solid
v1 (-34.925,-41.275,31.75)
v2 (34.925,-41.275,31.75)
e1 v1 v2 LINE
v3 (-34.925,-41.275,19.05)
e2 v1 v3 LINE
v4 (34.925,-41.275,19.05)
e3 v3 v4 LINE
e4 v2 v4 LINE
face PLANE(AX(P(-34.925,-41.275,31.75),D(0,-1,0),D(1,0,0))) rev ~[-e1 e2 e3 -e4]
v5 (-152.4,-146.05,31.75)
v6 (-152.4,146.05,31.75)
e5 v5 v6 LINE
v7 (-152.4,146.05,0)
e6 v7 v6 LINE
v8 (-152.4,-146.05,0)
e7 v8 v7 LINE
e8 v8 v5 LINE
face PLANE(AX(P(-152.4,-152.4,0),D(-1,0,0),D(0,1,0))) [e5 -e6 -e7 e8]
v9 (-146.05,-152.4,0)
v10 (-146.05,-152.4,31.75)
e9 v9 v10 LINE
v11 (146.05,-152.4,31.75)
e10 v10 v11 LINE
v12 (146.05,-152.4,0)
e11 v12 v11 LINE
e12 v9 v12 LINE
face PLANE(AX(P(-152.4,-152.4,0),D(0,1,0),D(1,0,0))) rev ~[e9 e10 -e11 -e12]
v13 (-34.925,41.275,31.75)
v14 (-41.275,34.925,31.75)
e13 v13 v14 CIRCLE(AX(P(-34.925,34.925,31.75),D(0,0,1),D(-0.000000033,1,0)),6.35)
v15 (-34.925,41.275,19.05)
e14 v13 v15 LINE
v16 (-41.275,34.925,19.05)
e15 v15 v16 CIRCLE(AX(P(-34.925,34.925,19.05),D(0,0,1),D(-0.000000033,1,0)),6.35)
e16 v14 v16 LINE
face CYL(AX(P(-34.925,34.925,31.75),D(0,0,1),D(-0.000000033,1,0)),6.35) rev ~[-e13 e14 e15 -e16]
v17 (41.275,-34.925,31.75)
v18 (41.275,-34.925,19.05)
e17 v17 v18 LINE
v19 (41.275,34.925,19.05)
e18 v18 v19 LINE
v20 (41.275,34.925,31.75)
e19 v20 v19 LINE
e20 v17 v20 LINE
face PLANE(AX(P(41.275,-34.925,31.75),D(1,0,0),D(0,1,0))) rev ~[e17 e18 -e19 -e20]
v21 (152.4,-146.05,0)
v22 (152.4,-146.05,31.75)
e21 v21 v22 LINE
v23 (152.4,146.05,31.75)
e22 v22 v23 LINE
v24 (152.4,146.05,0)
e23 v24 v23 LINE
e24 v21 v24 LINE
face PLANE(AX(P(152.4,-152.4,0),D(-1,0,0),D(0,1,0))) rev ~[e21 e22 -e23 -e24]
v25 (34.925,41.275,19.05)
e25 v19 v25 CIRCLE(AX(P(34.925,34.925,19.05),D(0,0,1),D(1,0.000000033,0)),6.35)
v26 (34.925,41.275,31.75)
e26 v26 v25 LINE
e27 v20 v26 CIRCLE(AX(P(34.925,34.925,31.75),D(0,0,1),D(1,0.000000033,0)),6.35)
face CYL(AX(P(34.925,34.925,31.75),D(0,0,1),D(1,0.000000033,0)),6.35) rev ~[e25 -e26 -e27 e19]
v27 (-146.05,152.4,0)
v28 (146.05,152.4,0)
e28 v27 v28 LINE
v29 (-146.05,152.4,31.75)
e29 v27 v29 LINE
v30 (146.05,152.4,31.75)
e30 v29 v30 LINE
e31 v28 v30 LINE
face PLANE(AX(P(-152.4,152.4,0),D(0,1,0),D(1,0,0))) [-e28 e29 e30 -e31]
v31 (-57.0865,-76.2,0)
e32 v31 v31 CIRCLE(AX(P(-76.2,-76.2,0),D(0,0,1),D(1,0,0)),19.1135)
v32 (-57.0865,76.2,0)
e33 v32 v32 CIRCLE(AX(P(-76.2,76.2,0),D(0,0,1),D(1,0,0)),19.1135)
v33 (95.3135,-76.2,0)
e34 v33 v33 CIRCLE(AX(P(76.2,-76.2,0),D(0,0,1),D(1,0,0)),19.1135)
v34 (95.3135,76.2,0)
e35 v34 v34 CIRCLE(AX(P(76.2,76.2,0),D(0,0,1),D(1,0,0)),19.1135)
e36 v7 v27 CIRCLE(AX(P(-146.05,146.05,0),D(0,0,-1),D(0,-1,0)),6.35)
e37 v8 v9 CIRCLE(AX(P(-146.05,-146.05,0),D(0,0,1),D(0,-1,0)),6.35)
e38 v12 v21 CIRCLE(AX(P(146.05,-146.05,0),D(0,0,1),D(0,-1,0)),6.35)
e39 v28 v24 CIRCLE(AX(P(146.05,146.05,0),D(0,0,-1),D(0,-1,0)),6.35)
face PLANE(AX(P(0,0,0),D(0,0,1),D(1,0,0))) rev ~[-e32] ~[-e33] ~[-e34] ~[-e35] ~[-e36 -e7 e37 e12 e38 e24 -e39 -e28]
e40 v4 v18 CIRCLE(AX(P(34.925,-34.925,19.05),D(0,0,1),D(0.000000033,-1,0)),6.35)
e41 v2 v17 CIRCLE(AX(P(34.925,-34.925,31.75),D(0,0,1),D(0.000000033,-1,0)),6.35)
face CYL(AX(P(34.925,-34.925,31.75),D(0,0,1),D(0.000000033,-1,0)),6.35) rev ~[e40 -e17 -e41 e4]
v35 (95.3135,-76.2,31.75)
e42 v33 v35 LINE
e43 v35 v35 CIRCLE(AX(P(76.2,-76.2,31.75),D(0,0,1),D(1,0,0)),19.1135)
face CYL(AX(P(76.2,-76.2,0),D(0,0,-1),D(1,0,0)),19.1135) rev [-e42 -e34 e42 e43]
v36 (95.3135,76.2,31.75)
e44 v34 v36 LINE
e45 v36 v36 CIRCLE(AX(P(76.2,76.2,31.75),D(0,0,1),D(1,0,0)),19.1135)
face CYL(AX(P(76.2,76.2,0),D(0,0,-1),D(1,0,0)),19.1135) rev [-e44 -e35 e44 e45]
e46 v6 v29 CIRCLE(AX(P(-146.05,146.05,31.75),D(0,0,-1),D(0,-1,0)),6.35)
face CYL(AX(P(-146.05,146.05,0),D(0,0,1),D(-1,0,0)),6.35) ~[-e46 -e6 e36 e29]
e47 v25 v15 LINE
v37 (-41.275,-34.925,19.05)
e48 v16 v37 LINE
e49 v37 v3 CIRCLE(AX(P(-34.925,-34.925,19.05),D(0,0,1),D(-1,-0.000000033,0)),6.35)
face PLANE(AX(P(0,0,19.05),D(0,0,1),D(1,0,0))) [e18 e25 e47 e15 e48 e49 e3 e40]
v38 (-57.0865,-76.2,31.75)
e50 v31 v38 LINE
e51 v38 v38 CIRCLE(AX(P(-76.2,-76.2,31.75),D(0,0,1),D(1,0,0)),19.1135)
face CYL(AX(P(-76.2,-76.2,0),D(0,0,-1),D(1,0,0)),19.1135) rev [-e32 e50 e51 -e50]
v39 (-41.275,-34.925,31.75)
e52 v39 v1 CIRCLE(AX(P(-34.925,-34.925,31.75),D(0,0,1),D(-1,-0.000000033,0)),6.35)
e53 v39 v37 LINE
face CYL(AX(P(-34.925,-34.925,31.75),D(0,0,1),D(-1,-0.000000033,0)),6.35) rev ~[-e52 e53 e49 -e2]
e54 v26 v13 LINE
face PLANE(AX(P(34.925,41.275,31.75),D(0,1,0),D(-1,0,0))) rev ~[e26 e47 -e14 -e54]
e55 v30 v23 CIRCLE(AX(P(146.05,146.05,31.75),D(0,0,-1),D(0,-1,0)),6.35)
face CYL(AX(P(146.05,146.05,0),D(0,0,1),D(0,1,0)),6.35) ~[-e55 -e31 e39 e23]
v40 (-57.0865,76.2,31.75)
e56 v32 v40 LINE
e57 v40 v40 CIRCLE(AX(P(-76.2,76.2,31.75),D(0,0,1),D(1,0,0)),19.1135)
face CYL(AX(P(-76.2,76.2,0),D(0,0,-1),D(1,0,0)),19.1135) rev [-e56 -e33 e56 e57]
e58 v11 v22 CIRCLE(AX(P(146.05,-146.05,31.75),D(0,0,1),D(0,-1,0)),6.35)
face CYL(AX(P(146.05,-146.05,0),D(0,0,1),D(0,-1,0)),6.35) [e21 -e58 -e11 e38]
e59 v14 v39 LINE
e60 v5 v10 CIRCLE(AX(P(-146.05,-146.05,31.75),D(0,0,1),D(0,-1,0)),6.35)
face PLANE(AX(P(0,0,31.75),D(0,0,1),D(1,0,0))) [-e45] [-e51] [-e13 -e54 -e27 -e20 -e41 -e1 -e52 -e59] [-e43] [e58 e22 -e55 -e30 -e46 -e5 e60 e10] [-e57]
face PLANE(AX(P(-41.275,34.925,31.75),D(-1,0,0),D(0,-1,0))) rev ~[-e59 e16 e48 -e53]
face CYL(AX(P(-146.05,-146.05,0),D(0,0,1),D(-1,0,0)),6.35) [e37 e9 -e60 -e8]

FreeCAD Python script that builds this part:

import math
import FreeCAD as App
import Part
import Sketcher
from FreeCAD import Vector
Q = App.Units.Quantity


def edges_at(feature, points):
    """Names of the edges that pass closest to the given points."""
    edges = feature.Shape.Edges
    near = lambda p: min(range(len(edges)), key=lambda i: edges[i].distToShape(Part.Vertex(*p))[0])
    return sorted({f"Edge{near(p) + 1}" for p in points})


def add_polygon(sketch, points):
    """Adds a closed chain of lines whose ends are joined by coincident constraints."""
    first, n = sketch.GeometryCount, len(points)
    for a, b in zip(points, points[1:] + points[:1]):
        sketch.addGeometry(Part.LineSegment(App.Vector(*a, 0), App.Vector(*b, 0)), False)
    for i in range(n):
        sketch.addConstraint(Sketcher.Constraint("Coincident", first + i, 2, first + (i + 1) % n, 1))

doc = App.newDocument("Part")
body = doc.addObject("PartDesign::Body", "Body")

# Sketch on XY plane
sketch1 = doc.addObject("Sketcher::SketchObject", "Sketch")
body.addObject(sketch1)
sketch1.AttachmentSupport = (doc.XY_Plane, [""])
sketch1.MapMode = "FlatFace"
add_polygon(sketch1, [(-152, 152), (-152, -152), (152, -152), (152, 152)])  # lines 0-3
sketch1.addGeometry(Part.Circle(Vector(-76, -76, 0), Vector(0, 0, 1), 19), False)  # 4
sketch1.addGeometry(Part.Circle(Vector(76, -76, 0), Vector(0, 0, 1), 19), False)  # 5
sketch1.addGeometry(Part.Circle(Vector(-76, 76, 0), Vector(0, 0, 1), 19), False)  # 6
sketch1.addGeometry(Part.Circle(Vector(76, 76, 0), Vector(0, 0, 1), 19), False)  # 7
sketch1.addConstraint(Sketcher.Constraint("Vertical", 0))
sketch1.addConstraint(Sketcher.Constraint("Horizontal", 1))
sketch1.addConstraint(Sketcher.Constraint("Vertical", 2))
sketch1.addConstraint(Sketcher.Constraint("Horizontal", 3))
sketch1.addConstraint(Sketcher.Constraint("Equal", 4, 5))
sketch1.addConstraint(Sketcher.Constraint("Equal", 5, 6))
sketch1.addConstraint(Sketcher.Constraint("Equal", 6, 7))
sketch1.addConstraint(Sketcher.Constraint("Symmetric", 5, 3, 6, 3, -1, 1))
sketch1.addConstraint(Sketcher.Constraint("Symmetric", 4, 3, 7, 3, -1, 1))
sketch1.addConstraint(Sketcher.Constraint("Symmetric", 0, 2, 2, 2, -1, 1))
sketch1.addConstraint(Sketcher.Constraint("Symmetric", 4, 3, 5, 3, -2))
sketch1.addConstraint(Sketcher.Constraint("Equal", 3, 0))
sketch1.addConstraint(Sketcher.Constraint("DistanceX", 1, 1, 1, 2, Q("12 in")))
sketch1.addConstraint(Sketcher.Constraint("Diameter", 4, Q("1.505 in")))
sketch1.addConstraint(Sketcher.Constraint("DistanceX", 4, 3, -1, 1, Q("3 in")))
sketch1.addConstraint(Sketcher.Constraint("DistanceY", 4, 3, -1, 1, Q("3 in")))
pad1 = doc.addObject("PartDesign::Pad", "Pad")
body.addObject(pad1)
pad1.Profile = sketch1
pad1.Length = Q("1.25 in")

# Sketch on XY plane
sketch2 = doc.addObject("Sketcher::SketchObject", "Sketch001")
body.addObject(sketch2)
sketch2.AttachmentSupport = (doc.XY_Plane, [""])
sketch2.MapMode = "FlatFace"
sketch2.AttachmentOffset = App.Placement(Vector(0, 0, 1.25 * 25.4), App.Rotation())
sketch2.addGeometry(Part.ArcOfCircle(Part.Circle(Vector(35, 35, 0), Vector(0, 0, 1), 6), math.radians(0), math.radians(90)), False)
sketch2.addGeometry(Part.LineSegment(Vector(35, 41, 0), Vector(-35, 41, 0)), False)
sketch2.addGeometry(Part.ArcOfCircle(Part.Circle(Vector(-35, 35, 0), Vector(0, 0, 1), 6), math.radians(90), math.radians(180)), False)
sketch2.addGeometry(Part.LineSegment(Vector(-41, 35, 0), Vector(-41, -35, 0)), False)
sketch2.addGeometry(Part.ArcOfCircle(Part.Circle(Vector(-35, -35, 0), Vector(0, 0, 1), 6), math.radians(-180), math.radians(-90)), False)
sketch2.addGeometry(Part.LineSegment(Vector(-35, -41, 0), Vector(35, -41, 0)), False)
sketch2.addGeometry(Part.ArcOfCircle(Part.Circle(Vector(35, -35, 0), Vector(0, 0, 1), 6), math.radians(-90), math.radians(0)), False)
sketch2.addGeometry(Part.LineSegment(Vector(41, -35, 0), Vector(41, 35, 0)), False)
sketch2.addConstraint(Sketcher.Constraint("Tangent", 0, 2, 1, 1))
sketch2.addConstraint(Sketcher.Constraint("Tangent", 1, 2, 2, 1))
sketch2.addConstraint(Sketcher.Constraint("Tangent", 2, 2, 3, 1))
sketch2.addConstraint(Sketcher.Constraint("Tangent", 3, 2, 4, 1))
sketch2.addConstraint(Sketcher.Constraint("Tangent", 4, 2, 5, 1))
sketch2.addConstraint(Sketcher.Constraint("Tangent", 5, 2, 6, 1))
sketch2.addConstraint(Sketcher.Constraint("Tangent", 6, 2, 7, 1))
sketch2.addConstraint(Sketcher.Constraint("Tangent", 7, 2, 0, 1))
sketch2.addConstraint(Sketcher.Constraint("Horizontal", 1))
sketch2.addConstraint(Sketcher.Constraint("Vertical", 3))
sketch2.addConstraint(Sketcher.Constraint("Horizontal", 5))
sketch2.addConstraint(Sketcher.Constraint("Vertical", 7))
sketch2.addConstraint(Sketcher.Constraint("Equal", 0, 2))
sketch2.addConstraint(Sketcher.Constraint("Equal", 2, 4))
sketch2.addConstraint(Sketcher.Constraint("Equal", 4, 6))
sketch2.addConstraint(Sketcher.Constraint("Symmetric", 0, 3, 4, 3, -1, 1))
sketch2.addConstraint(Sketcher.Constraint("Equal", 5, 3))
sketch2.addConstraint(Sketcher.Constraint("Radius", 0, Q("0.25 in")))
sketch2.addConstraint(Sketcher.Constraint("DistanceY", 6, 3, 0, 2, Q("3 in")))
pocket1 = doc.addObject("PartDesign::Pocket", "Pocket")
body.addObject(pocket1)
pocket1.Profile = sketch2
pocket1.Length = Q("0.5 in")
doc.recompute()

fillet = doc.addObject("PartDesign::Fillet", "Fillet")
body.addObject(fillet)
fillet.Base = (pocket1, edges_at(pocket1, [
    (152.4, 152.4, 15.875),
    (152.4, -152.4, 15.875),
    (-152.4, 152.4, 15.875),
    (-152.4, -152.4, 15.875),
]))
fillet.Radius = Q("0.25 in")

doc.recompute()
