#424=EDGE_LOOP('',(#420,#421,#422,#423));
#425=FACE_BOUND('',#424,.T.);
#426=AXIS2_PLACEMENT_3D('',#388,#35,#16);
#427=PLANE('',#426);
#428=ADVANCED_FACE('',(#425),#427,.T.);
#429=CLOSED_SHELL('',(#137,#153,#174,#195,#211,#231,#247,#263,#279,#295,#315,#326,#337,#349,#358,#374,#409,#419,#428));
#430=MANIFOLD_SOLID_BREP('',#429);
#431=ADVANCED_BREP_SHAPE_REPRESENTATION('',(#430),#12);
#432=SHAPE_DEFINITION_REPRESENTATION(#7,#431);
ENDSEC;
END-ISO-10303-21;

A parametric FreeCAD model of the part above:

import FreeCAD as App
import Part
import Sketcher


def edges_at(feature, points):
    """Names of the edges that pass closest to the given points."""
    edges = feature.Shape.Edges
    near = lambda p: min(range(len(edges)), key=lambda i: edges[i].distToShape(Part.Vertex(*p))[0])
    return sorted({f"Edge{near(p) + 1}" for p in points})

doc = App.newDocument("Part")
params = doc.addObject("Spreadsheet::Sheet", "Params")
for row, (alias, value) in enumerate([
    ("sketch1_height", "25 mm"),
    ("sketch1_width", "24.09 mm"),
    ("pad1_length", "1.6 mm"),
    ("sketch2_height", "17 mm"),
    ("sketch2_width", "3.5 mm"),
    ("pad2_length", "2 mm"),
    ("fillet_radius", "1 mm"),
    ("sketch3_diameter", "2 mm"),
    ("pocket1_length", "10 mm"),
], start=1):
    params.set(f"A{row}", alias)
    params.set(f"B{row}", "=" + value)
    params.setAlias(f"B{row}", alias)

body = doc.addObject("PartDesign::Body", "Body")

◆ ◆ ◆ ◆ ◆

Restate word for word only the lines running from the beginning of the data to the line holding "e27 v20 v26", both included.

solid
v1 (-34.925,-41.275,31.75)
v2 (34.925,-41.275,31.75)
e1 v1 v2 LINE
v3 (-34.925,-41.275,19.05)
e2 v1 v3 LINE
v4 (34.925,-41.275,19.05)
e3 v3 v4 LINE
e4 v2 v4 LINE
face PLANE(AX(P(-34.925,-41.275,31.75),D(0,-1,0),D(1,0,0))) rev ~[-e1 e2 e3 -e4]
v5 (-152.4,-146.05,31.75)
v6 (-152.4,146.05,31.75)
e5 v5 v6 LINE
v7 (-152.4,146.05,0)
e6 v7 v6 LINE
v8 (-152.4,-146.05,0)
e7 v8 v7 LINE
e8 v8 v5 LINE
face PLANE(AX(P(-152.4,-152.4,0),D(-1,0,0),D(0,1,0))) [e5 -e6 -e7 e8]
v9 (-146.05,-152.4,0)
v10 (-146.05,-152.4,31.75)
e9 v9 v10 LINE
v11 (146.05,-152.4,31.75)
e10 v10 v11 LINE
v12 (146.05,-152.4,0)
e11 v12 v11 LINE
e12 v9 v12 LINE
face PLANE(AX(P(-152.4,-152.4,0),D(0,1,0),D(1,0,0))) rev ~[e9 e10 -e11 -e12]
v13 (-34.925,41.275,31.75)
v14 (-41.275,34.925,31.75)
e13 v13 v14 CIRCLE(AX(P(-34.925,34.925,31.75),D(0,0,1),D(-0.000000033,1,0)),6.35)
v15 (-34.925,41.275,19.05)
e14 v13 v15 LINE
v16 (-41.275,34.925,19.05)
e15 v15 v16 CIRCLE(AX(P(-34.925,34.925,19.05),D(0,0,1),D(-0.000000033,1,0)),6.35)
e16 v14 v16 LINE
face CYL(AX(P(-34.925,34.925,31.75),D(0,0,1),D(-0.000000033,1,0)),6.35) rev ~[-e13 e14 e15 -e16]
v17 (41.275,-34.925,31.75)
v18 (41.275,-34.925,19.05)
e17 v17 v18 LINE
v19 (41.275,34.925,19.05)
e18 v18 v19 LINE
v20 (41.275,34.925,31.75)
e19 v20 v19 LINE
e20 v17 v20 LINE
face PLANE(AX(P(41.275,-34.925,31.75),D(1,0,0),D(0,1,0))) rev ~[e17 e18 -e19 -e20]
v21 (152.4,-146.05,0)
v22 (152.4,-146.05,31.75)
e21 v21 v22 LINE
v23 (152.4,146.05,31.75)
e22 v22 v23 LINE
v24 (152.4,146.05,0)
e23 v24 v23 LINE
e24 v21 v24 LINE
face PLANE(AX(P(152.4,-152.4,0),D(-1,0,0),D(0,1,0))) rev ~[e21 e22 -e23 -e24]
v25 (34.925,41.275,19.05)
e25 v19 v25 CIRCLE(AX(P(34.925,34.925,19.05),D(0,0,1),D(1,0.000000033,0)),6.35)
v26 (34.925,41.275,31.75)
e26 v26 v25 LINE
e27 v20 v26 CIRCLE(AX(P(34.925,34.925,31.75),D(0,0,1),D(1,0.000000033,0)),6.35)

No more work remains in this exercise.